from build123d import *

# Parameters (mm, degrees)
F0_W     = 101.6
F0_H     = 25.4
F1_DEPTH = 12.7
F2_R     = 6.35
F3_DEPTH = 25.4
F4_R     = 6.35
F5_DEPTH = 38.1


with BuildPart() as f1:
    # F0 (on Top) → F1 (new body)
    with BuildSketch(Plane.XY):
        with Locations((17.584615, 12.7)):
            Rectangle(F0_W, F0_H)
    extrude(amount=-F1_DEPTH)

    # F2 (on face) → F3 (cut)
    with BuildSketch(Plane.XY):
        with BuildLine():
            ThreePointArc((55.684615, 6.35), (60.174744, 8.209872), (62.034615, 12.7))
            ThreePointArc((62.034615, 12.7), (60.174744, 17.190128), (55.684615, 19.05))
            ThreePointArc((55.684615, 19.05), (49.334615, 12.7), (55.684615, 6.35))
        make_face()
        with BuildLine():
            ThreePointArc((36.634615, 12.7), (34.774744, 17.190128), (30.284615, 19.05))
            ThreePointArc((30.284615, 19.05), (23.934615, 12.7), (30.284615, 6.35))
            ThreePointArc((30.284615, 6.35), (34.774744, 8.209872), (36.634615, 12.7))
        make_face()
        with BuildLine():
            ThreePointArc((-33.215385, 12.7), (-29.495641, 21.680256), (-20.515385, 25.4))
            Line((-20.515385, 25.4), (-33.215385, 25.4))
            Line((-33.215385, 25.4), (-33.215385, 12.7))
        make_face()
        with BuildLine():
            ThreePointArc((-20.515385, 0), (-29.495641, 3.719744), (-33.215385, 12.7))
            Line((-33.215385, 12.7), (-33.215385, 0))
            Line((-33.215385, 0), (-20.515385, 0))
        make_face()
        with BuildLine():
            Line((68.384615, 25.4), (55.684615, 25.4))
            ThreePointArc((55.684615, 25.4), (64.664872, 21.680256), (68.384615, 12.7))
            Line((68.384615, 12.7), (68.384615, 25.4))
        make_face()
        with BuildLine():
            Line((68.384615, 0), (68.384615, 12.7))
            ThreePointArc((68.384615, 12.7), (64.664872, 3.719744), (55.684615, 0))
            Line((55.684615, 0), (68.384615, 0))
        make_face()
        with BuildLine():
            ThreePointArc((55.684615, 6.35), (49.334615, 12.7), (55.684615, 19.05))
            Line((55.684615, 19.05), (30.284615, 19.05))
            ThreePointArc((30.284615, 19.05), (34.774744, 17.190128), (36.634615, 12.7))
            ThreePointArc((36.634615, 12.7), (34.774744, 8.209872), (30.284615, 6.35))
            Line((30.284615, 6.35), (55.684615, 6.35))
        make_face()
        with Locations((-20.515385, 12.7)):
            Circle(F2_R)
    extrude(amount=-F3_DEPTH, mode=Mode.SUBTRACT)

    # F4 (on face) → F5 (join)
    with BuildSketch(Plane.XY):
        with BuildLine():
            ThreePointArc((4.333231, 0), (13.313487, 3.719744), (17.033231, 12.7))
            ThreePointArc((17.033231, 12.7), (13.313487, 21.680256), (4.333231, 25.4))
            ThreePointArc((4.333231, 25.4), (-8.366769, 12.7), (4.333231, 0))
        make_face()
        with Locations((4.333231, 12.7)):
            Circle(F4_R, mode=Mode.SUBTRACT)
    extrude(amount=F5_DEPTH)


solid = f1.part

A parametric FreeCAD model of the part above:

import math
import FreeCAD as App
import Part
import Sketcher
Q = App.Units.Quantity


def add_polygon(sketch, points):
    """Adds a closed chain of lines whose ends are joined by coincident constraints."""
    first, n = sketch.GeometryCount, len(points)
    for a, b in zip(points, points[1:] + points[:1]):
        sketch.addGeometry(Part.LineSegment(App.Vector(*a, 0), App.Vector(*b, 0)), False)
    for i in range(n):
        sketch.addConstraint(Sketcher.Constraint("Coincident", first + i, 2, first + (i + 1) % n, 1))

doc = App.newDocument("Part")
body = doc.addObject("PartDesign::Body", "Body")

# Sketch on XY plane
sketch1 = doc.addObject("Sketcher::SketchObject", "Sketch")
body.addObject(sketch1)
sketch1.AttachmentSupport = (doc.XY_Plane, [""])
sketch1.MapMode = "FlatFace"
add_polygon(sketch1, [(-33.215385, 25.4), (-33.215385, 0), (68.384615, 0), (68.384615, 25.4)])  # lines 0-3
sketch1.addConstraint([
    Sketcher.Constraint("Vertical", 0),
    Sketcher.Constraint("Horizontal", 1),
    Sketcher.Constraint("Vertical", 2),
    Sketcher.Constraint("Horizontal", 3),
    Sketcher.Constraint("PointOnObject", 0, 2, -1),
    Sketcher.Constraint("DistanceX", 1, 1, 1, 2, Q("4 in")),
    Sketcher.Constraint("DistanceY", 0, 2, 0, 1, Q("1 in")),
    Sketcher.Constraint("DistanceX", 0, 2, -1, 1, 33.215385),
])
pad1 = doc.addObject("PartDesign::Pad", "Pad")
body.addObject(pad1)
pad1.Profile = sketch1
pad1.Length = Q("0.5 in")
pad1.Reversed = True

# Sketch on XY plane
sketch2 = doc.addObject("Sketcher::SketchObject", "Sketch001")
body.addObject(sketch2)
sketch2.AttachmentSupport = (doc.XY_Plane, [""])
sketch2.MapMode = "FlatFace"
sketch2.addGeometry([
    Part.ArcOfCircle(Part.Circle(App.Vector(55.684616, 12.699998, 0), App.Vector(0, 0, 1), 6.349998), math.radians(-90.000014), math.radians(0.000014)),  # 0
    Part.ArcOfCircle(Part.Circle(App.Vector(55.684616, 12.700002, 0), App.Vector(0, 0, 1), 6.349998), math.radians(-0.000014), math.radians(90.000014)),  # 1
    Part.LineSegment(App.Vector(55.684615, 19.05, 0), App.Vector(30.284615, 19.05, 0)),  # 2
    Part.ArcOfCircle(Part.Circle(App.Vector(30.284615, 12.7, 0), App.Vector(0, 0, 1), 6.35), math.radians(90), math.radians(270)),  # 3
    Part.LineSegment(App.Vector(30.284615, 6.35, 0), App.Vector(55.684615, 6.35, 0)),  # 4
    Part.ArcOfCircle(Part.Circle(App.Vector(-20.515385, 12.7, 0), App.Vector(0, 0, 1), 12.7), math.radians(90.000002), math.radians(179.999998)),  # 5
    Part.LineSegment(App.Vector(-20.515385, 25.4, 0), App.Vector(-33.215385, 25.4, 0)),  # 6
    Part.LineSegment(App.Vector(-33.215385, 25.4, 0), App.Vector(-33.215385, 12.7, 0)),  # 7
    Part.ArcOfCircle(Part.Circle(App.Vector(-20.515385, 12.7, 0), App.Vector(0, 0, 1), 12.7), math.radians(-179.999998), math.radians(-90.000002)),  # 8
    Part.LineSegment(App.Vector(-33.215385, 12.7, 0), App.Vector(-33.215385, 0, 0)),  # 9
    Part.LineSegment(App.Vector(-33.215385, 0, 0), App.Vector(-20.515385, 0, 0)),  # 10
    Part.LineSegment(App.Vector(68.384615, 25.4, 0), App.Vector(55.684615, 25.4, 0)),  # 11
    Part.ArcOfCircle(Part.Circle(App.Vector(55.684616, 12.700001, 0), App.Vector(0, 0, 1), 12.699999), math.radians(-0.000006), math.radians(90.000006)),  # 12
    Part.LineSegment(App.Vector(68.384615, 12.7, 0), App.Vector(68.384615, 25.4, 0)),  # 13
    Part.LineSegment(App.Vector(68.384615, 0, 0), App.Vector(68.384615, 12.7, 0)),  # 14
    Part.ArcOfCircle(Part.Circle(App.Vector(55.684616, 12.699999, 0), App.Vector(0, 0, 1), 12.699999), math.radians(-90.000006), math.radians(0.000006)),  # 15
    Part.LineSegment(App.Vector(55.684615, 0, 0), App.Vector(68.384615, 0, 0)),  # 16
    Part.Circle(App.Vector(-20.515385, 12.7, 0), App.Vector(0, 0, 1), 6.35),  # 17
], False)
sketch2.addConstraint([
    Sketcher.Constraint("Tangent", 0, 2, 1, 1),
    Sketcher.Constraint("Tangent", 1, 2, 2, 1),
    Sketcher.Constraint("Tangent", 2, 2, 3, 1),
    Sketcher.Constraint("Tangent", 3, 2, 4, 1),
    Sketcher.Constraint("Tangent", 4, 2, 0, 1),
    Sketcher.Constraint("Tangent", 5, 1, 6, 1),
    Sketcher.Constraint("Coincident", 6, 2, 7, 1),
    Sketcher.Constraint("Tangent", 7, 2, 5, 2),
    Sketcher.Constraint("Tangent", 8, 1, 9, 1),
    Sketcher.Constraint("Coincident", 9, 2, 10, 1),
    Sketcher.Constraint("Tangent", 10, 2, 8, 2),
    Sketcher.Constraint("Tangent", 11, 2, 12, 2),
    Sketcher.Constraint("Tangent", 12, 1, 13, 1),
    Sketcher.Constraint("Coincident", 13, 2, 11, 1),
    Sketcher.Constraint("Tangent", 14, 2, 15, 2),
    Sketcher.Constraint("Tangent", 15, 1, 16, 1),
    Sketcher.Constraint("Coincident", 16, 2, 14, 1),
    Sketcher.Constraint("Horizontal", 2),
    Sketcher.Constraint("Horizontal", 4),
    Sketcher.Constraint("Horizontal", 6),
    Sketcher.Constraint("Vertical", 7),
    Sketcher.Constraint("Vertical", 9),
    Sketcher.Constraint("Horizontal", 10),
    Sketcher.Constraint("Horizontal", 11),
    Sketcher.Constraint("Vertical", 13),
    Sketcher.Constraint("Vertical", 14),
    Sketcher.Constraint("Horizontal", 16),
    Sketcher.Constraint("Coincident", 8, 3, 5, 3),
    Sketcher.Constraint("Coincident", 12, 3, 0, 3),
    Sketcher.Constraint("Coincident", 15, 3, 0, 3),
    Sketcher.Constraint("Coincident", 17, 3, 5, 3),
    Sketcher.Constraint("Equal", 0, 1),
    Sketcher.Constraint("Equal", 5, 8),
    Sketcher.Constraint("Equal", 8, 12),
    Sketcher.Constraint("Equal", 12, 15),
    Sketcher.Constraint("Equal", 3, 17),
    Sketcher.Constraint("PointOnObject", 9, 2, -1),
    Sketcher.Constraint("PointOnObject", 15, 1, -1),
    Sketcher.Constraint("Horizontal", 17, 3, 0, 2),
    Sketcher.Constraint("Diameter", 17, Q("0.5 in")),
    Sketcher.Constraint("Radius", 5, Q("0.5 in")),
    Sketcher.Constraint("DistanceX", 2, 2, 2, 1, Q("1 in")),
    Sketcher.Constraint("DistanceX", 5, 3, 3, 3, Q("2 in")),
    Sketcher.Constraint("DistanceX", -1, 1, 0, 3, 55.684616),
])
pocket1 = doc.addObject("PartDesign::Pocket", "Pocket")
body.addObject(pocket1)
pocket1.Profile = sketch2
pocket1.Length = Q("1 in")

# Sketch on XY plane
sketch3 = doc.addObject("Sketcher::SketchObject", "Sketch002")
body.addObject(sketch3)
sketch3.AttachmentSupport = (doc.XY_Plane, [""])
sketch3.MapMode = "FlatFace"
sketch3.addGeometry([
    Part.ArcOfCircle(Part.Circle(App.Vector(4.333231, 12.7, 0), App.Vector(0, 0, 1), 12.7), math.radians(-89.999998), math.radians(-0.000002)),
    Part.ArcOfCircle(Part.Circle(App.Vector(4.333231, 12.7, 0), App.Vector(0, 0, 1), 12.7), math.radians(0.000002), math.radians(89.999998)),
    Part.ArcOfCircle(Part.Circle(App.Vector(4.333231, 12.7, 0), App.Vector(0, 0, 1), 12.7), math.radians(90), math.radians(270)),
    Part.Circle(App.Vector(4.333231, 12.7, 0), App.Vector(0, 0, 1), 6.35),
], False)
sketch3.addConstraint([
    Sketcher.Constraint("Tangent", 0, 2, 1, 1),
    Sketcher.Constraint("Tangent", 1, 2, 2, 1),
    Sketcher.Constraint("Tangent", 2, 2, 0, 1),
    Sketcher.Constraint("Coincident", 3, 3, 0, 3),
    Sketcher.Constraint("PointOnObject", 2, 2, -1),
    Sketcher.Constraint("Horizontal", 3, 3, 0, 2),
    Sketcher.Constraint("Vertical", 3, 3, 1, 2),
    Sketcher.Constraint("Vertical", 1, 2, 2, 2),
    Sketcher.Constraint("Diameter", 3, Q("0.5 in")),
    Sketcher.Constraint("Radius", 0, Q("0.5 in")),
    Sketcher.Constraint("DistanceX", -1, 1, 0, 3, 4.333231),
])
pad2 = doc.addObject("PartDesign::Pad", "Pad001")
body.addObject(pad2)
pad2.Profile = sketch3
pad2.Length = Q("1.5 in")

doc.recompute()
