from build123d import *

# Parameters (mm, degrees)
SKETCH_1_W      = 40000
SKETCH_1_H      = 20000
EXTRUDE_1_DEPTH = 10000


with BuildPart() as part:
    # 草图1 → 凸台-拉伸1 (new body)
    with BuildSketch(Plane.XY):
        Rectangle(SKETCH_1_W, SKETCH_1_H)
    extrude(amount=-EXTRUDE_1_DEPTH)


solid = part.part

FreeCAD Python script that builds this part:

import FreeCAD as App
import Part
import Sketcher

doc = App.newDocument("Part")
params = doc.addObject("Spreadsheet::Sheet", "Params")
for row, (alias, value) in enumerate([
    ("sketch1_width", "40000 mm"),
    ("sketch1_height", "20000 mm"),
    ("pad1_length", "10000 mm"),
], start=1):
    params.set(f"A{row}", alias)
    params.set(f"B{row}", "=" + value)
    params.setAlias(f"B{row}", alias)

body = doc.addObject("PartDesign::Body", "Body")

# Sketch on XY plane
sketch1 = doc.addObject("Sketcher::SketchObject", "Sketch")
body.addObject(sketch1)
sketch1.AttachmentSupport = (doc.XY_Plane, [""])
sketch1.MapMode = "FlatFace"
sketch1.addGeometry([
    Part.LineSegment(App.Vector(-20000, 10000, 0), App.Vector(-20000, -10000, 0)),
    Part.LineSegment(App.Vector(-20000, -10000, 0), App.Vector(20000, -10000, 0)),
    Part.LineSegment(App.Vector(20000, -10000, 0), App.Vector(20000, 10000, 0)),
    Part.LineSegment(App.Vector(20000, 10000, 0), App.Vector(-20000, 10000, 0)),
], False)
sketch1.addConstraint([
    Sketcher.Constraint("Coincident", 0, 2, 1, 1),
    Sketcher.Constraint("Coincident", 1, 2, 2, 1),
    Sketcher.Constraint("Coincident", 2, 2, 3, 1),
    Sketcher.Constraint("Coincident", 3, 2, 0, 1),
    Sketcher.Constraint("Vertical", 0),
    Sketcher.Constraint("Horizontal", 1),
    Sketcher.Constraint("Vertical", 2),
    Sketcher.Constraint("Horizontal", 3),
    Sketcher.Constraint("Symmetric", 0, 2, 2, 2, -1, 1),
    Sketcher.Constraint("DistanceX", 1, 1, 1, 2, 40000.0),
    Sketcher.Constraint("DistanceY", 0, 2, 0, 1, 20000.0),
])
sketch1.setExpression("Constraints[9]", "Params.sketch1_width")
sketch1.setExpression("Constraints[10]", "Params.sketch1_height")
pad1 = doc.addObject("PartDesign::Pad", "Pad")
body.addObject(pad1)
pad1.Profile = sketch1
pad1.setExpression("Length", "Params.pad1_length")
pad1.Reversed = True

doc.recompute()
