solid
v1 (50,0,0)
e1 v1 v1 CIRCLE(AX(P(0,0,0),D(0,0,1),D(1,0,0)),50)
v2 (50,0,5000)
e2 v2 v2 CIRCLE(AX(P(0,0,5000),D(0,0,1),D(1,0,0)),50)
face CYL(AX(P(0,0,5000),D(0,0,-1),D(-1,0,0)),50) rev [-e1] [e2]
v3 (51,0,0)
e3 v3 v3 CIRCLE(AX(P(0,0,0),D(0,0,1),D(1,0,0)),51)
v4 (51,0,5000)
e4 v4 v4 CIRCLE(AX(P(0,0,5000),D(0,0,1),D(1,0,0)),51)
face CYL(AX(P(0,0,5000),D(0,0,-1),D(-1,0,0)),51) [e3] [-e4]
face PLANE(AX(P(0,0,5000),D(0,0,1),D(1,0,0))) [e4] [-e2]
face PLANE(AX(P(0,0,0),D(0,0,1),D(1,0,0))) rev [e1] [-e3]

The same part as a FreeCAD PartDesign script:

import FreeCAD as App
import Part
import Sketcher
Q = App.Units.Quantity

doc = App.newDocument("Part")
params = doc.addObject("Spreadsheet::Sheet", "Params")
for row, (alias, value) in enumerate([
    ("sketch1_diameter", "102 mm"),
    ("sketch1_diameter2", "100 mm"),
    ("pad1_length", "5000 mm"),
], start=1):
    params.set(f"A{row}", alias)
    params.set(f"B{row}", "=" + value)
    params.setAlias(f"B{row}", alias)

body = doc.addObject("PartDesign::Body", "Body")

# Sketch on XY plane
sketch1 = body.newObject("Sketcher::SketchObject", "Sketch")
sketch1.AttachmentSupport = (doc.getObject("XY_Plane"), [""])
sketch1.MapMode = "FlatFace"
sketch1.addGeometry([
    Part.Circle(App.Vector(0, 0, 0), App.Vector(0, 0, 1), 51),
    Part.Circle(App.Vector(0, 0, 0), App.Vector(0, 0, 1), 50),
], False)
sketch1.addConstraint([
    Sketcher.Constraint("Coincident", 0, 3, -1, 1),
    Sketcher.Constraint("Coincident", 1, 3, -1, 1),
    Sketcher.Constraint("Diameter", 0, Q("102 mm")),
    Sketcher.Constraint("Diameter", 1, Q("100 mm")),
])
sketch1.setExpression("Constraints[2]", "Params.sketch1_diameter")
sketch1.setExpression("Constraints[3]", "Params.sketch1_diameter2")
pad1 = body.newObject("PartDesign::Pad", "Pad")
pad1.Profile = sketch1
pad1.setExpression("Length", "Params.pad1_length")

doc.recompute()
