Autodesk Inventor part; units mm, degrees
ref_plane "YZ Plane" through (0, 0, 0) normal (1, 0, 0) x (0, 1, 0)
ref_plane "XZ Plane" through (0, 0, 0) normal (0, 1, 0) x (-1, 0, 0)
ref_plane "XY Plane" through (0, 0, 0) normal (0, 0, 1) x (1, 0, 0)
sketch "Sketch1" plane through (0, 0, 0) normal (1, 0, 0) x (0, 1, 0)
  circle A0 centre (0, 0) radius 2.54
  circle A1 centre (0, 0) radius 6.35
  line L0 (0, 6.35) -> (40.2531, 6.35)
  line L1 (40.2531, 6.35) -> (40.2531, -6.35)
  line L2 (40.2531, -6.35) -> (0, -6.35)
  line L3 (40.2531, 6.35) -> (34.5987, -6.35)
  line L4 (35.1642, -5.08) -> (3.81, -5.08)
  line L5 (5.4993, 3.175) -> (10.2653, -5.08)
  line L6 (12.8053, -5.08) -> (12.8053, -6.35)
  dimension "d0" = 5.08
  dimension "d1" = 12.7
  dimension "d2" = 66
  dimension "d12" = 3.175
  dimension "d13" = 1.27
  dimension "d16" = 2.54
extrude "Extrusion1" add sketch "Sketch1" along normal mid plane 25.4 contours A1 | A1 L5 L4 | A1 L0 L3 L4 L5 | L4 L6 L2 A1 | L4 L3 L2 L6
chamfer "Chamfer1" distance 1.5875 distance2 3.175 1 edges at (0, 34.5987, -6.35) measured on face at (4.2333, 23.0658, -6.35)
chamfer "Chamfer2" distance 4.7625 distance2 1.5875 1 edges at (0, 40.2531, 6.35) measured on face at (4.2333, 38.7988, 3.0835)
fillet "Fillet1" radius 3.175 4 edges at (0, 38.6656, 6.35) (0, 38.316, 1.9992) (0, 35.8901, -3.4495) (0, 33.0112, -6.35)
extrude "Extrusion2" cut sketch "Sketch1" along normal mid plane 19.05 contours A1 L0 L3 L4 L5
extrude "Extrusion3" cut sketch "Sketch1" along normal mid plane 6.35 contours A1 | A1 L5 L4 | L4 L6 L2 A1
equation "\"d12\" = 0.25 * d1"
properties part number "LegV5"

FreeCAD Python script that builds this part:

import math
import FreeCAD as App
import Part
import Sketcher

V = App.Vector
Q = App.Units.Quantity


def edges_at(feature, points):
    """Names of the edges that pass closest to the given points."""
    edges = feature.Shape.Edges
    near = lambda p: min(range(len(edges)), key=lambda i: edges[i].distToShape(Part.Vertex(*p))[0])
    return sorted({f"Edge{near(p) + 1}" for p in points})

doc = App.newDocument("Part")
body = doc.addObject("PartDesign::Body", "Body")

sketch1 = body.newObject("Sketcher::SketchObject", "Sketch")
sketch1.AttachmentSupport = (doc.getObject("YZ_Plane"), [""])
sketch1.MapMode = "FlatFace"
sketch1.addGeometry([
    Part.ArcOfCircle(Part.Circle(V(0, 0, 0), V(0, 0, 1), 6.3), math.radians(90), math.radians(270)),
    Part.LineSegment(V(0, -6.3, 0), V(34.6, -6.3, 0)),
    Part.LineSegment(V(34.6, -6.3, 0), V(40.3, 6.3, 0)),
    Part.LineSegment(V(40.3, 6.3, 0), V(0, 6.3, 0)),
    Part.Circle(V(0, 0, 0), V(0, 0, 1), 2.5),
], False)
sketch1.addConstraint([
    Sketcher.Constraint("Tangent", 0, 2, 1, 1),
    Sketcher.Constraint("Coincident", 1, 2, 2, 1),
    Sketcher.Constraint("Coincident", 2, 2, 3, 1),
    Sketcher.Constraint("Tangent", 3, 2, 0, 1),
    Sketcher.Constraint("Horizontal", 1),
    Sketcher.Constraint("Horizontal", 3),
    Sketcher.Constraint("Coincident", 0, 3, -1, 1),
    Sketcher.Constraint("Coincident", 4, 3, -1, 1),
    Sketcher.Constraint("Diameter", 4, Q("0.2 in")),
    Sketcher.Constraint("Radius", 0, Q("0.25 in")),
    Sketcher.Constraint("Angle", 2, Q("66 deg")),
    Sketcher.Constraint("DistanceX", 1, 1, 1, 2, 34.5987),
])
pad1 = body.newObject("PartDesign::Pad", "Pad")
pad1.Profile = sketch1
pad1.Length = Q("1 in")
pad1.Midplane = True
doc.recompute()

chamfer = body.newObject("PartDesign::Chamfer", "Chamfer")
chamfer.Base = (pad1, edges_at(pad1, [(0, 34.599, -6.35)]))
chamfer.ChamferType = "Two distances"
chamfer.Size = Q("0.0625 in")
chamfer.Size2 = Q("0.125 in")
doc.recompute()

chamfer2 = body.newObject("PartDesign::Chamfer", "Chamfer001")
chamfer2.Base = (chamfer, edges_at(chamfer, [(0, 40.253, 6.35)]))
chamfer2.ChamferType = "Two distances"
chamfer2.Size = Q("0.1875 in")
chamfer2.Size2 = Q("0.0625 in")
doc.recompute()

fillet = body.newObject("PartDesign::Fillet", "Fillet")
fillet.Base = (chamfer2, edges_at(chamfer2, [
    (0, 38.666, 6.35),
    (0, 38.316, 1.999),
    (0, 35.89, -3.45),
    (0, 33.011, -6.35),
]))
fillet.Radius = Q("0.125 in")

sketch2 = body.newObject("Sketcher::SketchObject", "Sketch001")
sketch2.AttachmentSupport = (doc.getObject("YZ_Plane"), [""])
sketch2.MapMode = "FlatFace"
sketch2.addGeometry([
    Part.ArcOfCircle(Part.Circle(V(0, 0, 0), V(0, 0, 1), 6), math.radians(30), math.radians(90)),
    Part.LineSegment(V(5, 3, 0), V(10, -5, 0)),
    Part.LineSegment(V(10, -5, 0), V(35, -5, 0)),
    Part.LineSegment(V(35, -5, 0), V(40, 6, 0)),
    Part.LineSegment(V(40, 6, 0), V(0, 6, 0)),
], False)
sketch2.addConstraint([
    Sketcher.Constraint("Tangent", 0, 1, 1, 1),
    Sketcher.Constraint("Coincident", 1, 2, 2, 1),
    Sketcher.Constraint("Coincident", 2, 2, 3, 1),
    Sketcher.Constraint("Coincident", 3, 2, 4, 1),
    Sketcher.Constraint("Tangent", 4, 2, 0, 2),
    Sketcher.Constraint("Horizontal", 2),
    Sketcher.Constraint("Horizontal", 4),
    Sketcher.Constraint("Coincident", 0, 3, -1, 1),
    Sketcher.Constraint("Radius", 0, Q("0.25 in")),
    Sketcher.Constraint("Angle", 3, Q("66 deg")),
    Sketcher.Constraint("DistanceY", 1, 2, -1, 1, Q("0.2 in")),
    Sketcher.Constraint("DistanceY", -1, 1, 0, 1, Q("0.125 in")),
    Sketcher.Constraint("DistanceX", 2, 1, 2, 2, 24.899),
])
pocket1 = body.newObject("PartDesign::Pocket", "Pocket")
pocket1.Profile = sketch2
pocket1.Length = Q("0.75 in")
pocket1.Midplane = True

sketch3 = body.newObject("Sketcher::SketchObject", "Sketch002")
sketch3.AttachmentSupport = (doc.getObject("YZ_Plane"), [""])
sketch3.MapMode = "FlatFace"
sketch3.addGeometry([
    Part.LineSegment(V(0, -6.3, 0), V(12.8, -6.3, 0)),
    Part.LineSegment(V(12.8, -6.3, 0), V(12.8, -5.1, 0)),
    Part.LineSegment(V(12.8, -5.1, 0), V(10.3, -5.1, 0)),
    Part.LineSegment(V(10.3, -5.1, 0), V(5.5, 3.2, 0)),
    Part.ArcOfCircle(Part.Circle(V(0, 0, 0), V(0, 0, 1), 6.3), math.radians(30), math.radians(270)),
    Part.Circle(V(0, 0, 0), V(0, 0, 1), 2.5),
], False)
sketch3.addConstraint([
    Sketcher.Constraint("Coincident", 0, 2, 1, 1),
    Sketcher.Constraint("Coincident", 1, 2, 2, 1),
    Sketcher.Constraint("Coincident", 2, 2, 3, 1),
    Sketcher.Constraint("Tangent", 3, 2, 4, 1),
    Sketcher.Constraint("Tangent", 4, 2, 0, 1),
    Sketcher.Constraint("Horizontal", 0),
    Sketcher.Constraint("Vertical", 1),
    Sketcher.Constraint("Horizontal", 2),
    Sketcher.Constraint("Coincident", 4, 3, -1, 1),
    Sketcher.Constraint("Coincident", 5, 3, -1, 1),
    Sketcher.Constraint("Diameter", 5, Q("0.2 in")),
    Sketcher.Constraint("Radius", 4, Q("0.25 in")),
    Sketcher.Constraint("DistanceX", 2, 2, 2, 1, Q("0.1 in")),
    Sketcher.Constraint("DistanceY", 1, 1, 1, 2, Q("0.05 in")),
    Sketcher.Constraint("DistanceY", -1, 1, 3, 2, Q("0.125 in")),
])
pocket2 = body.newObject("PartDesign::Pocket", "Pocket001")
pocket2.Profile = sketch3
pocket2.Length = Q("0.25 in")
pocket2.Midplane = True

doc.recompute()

☆ ☆ ☆ ☆ ☆

*Task requirements*: The lines to report are those in the material above that contain the word "contours"; copy every one of them.

*Task result*:
extrude "Extrusion1" add sketch "Sketch1" along normal mid plane 25.4 contours A1 | A1 L5 L4 | A1 L0 L3 L4 L5 | L4 L6 L2 A1 | L4 L3 L2 L6
extrude "Extrusion2" cut sketch "Sketch1" along normal mid plane 19.05 contours A1 L0 L3 L4 L5
extrude "Extrusion3" cut sketch "Sketch1" along normal mid plane 6.35 contours A1 | A1 L5 L4 | L4 L6 L2 A1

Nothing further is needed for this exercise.